Reserve Bank of India (RBI) Governor Shaktikanta Das
The Reserve Bank of India’s measures to make easy liquidity available to the healthcare sector, including vaccine and medical equipment makers and companies offering COVID-19 emergency services was welcomed by the industry, hospitals and analysts.
RBI Governor Shaktikanta Das announced on May 5 an on-tap liquidity window of Rs 50,000 crore to boost provision of immediate liquidity for ramping up COVID-related healthcare infrastructure and3 services in the country.
Under the scheme, banks can provide fresh lending support to a wide range of entities, including vaccine manufacturers, importers, suppliers of vaccines and priority medical devices, hospitals, dispensaries, pathology labs, manufacturers and suppliers of oxygen and ventilators, importers of drugs; logistics firms and also patients for treatment.
"It's a good move from the government and the RBI, at time when the industry is going through lot of challenges of raw material supplies, lockdowns and COVID-19 second wave" said an executive at one of India’s major vaccine companies on condition of anonymity.
Dr Alok Roy, Chairman of Kolkata-based Medica Superspecialty Hospital and FICCI health Services Committee welcomed the RBI decision to make liquidity available for companies offering COVID-19 emergency services. "It's a good decision, we will apply immediately for Rs 100 crore credit, as we are looking to expand our services," Roy said.
He said that fresh capital had been tough to come by as it comes with lot of strings attached, and any easing of liquidity for healthcare industry was a good sign.
In his address, Governor Das said that banks will be incentivised for quick delivery of credit to the health sector through extending the classification of such loans as priority sector lending till March 31, 2022.

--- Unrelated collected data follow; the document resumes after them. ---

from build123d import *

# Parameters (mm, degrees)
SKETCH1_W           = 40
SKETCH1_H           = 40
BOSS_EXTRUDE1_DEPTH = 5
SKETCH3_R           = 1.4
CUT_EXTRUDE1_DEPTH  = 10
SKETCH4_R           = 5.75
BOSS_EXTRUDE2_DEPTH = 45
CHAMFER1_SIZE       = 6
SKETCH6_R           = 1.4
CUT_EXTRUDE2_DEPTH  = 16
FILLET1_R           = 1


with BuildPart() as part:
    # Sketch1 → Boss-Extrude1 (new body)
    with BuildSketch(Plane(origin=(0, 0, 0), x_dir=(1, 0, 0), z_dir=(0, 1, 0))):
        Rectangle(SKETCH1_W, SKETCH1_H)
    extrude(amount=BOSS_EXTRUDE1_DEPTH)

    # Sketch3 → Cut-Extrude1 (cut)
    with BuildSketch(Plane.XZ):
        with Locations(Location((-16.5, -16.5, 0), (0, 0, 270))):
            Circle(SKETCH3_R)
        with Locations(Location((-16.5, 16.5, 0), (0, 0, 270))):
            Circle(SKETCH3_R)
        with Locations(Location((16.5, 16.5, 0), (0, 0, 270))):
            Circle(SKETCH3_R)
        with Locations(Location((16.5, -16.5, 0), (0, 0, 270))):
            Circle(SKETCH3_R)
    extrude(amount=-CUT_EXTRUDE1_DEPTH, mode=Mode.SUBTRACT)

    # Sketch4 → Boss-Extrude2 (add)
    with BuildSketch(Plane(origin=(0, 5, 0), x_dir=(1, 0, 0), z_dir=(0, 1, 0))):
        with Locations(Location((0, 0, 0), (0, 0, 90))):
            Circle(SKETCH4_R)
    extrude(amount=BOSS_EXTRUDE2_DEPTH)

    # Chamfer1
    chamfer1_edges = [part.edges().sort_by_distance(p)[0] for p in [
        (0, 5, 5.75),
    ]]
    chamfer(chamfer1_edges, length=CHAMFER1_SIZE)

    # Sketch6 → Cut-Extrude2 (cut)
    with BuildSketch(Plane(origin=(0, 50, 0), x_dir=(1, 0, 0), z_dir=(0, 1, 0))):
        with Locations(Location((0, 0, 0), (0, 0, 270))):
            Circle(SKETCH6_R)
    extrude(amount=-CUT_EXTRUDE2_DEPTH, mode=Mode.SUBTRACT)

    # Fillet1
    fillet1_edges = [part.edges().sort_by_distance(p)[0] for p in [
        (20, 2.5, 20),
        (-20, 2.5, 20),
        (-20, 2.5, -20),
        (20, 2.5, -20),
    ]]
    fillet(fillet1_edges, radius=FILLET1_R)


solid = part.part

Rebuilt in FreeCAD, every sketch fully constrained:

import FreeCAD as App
import Part
import Sketcher

V = App.Vector
Q = App.Units.Quantity


def edges_at(feature, points):
    """Names of the edges that pass closest to the given points."""
    edges = feature.Shape.Edges
    near = lambda p: min(range(len(edges)), key=lambda i: edges[i].distToShape(Part.Vertex(*p))[0])
    return sorted({f"Edge{near(p) + 1}" for p in points})

doc = App.newDocument("Part")
body = doc.addObject("PartDesign::Body", "Body")

# Sketch on XZ plane
sketch1 = doc.addObject("Sketcher::SketchObject", "Sketch")
body.addObject(sketch1)
sketch1.AttachmentSupport = (doc.XZ_Plane, [""])
sketch1.MapMode = "FlatFace"
sketch1.addGeometry([
    Part.LineSegment(V(-20, -20, 0), V(-20, 20, 0)),
    Part.LineSegment(V(-20, 20, 0), V(20, 20, 0)),
    Part.LineSegment(V(20, 20, 0), V(20, -20, 0)),
    Part.LineSegment(V(20, -20, 0), V(-20, -20, 0)),
], False)
sketch1.addConstraint([
    Sketcher.Constraint("Coincident", 0, 2, 1, 1),
    Sketcher.Constraint("Coincident", 1, 2, 2, 1),
    Sketcher.Constraint("Coincident", 2, 2, 3, 1),
    Sketcher.Constraint("Coincident", 3, 2, 0, 1),
    Sketcher.Constraint("Vertical", 0),
    Sketcher.Constraint("Horizontal", 1),
    Sketcher.Constraint("Vertical", 2),
    Sketcher.Constraint("Horizontal", 3),
    Sketcher.Constraint("Symmetric", 0, 2, 2, 2, -1, 1),
    Sketcher.Constraint("Equal", 3, 0),
    Sketcher.Constraint("DistanceX", 1, 1, 1, 2, Q("40 mm")),
])
pad1 = doc.addObject("PartDesign::Pad", "Pad")
body.addObject(pad1)
pad1.Profile = sketch1
pad1.Length = 5
pad1.Reversed = True

# Sketch on XZ plane
sketch2 = doc.addObject("Sketcher::SketchObject", "Sketch001")
body.addObject(sketch2)
sketch2.AttachmentSupport = (doc.XZ_Plane, [""])
sketch2.MapMode = "FlatFace"
sketch2.addGeometry([
    Part.Circle(V(-16.5, -16.5, 0), V(0, 0, 1), 1.4),
    Part.Circle(V(-16.5, 16.5, 0), V(0, 0, 1), 1.4),
    Part.Circle(V(16.5, 16.5, 0), V(0, 0, 1), 1.4),
    Part.Circle(V(16.5, -16.5, 0), V(0, 0, 1), 1.4),
], False)
sketch2.addConstraint([
    Sketcher.Constraint("Equal", 0, 1),
    Sketcher.Constraint("Equal", 1, 2),
    Sketcher.Constraint("Equal", 2, 3),
    Sketcher.Constraint("Symmetric", 0, 3, 2, 3, -1, 1),
    Sketcher.Constraint("Symmetric", 1, 3, 3, 3, -1, 1),
    Sketcher.Constraint("Symmetric", 1, 3, 2, 3, -2),
    Sketcher.Constraint("Diameter", 0, Q("2.8 mm")),
    Sketcher.Constraint("DistanceY", 0, 3, 1, 3, Q("33 mm")),
    Sketcher.Constraint("DistanceX", 1, 3, 2, 3, Q("33 mm")),
])
pocket1 = doc.addObject("PartDesign::Pocket", "Pocket")
body.addObject(pocket1)
pocket1.Profile = sketch2
pocket1.Length = 10

# Sketch on XZ plane
sketch3 = doc.addObject("Sketcher::SketchObject", "Sketch002")
body.addObject(sketch3)
sketch3.AttachmentSupport = (doc.XZ_Plane, [""])
sketch3.MapMode = "FlatFace"
sketch3.AttachmentOffset = App.Placement(V(0, 0, -5), App.Rotation())
sketch3.addGeometry(Part.Circle(V(0, 0, 0), V(0, 0, 1), 5.75), False)
sketch3.addConstraint([
    Sketcher.Constraint("Coincident", 0, 3, -1, 1),
    Sketcher.Constraint("Diameter", 0, Q("11.5 mm")),
])
pad2 = doc.addObject("PartDesign::Pad", "Pad001")
body.addObject(pad2)
pad2.Profile = sketch3
pad2.Length = 45
pad2.Reversed = True
doc.recompute()

chamfer = doc.addObject("PartDesign::Chamfer", "Chamfer")
body.addObject(chamfer)
chamfer.Base = (pad2, edges_at(pad2, [(0, 5, 5.75)]))
chamfer.Size = 6

# Sketch on XZ plane
sketch4 = doc.addObject("Sketcher::SketchObject", "Sketch003")
body.addObject(sketch4)
sketch4.AttachmentSupport = (doc.XZ_Plane, [""])
sketch4.MapMode = "FlatFace"
sketch4.AttachmentOffset = App.Placement(V(0, 0, -50), App.Rotation())
sketch4.addGeometry(Part.Circle(V(0, 0, 0), V(0, 0, 1), 1.4), False)
sketch4.addConstraint([
    Sketcher.Constraint("Coincident", 0, 3, -1, 1),
    Sketcher.Constraint("Diameter", 0, Q("2.8 mm")),
])
pocket2 = doc.addObject("PartDesign::Pocket", "Pocket001")
body.addObject(pocket2)
pocket2.Profile = sketch4
pocket2.Length = 16
pocket2.Reversed = True
doc.recompute()

fillet = doc.addObject("PartDesign::Fillet", "Fillet")
body.addObject(fillet)
fillet.Base = (pocket2, edges_at(pocket2, [
    (20, 2.5, 20),
    (-20, 2.5, 20),
    (-20, 2.5, -20),
    (20, 2.5, -20),
]))
fillet.Radius = 1

doc.recompute()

“These loans will continue to be classified under priority sector till repayment or maturity, whichever is earlier. Banks may deliver these loans to borrowers directly or through intermediary financial entities regulated by the RBI,” he said.
Covid Loan Book
Banks giving out such loans will create a COVID loan book under the scheme. By way of an additional incentive, such banks will be eligible to park their surplus liquidity up to the size of the COVID loan book with the RBI under the reverse repo window at a rate which is 40 basis points higher than the reverse repo rate, Das said.
These measures will be a sizeable boost to all stake holders in the healthcare sector, said Dr Vivek Talaulikar, CEO at Global Hospital, Mumbai “We value this announcement and find it benevolent for the healthcare sector,” he said.
“This COVID-19 loan will qualify as ‘Priority Sector Lending’ will therefore incentivise bank to lend quickly. This will ensure availability of liquidity and address immediate funding need to scale up operations to deal with the second wave of COVID-19 surge on an instantaneous basis,” said Rajosik Banerjee, Partner and Head - Financial Risk Management, KPMG.
However, some including the vaccine company executive and heads of a major hospital, said they would wait for the finer details of the scheme, especially on whether working capital requirements can also be met from the loans.
"It helps companies like us doing COVID-19 vaccine projects. We need to see the fine print, if this liquidity facility is also extended for working capital requirements," the executive said.
"Any kind of liquidity is good for healthcare system, it helps us to expand our services. But we are looking for the finer details," said Ranjan Pai, Chairman of Manipal Education and Medical Group.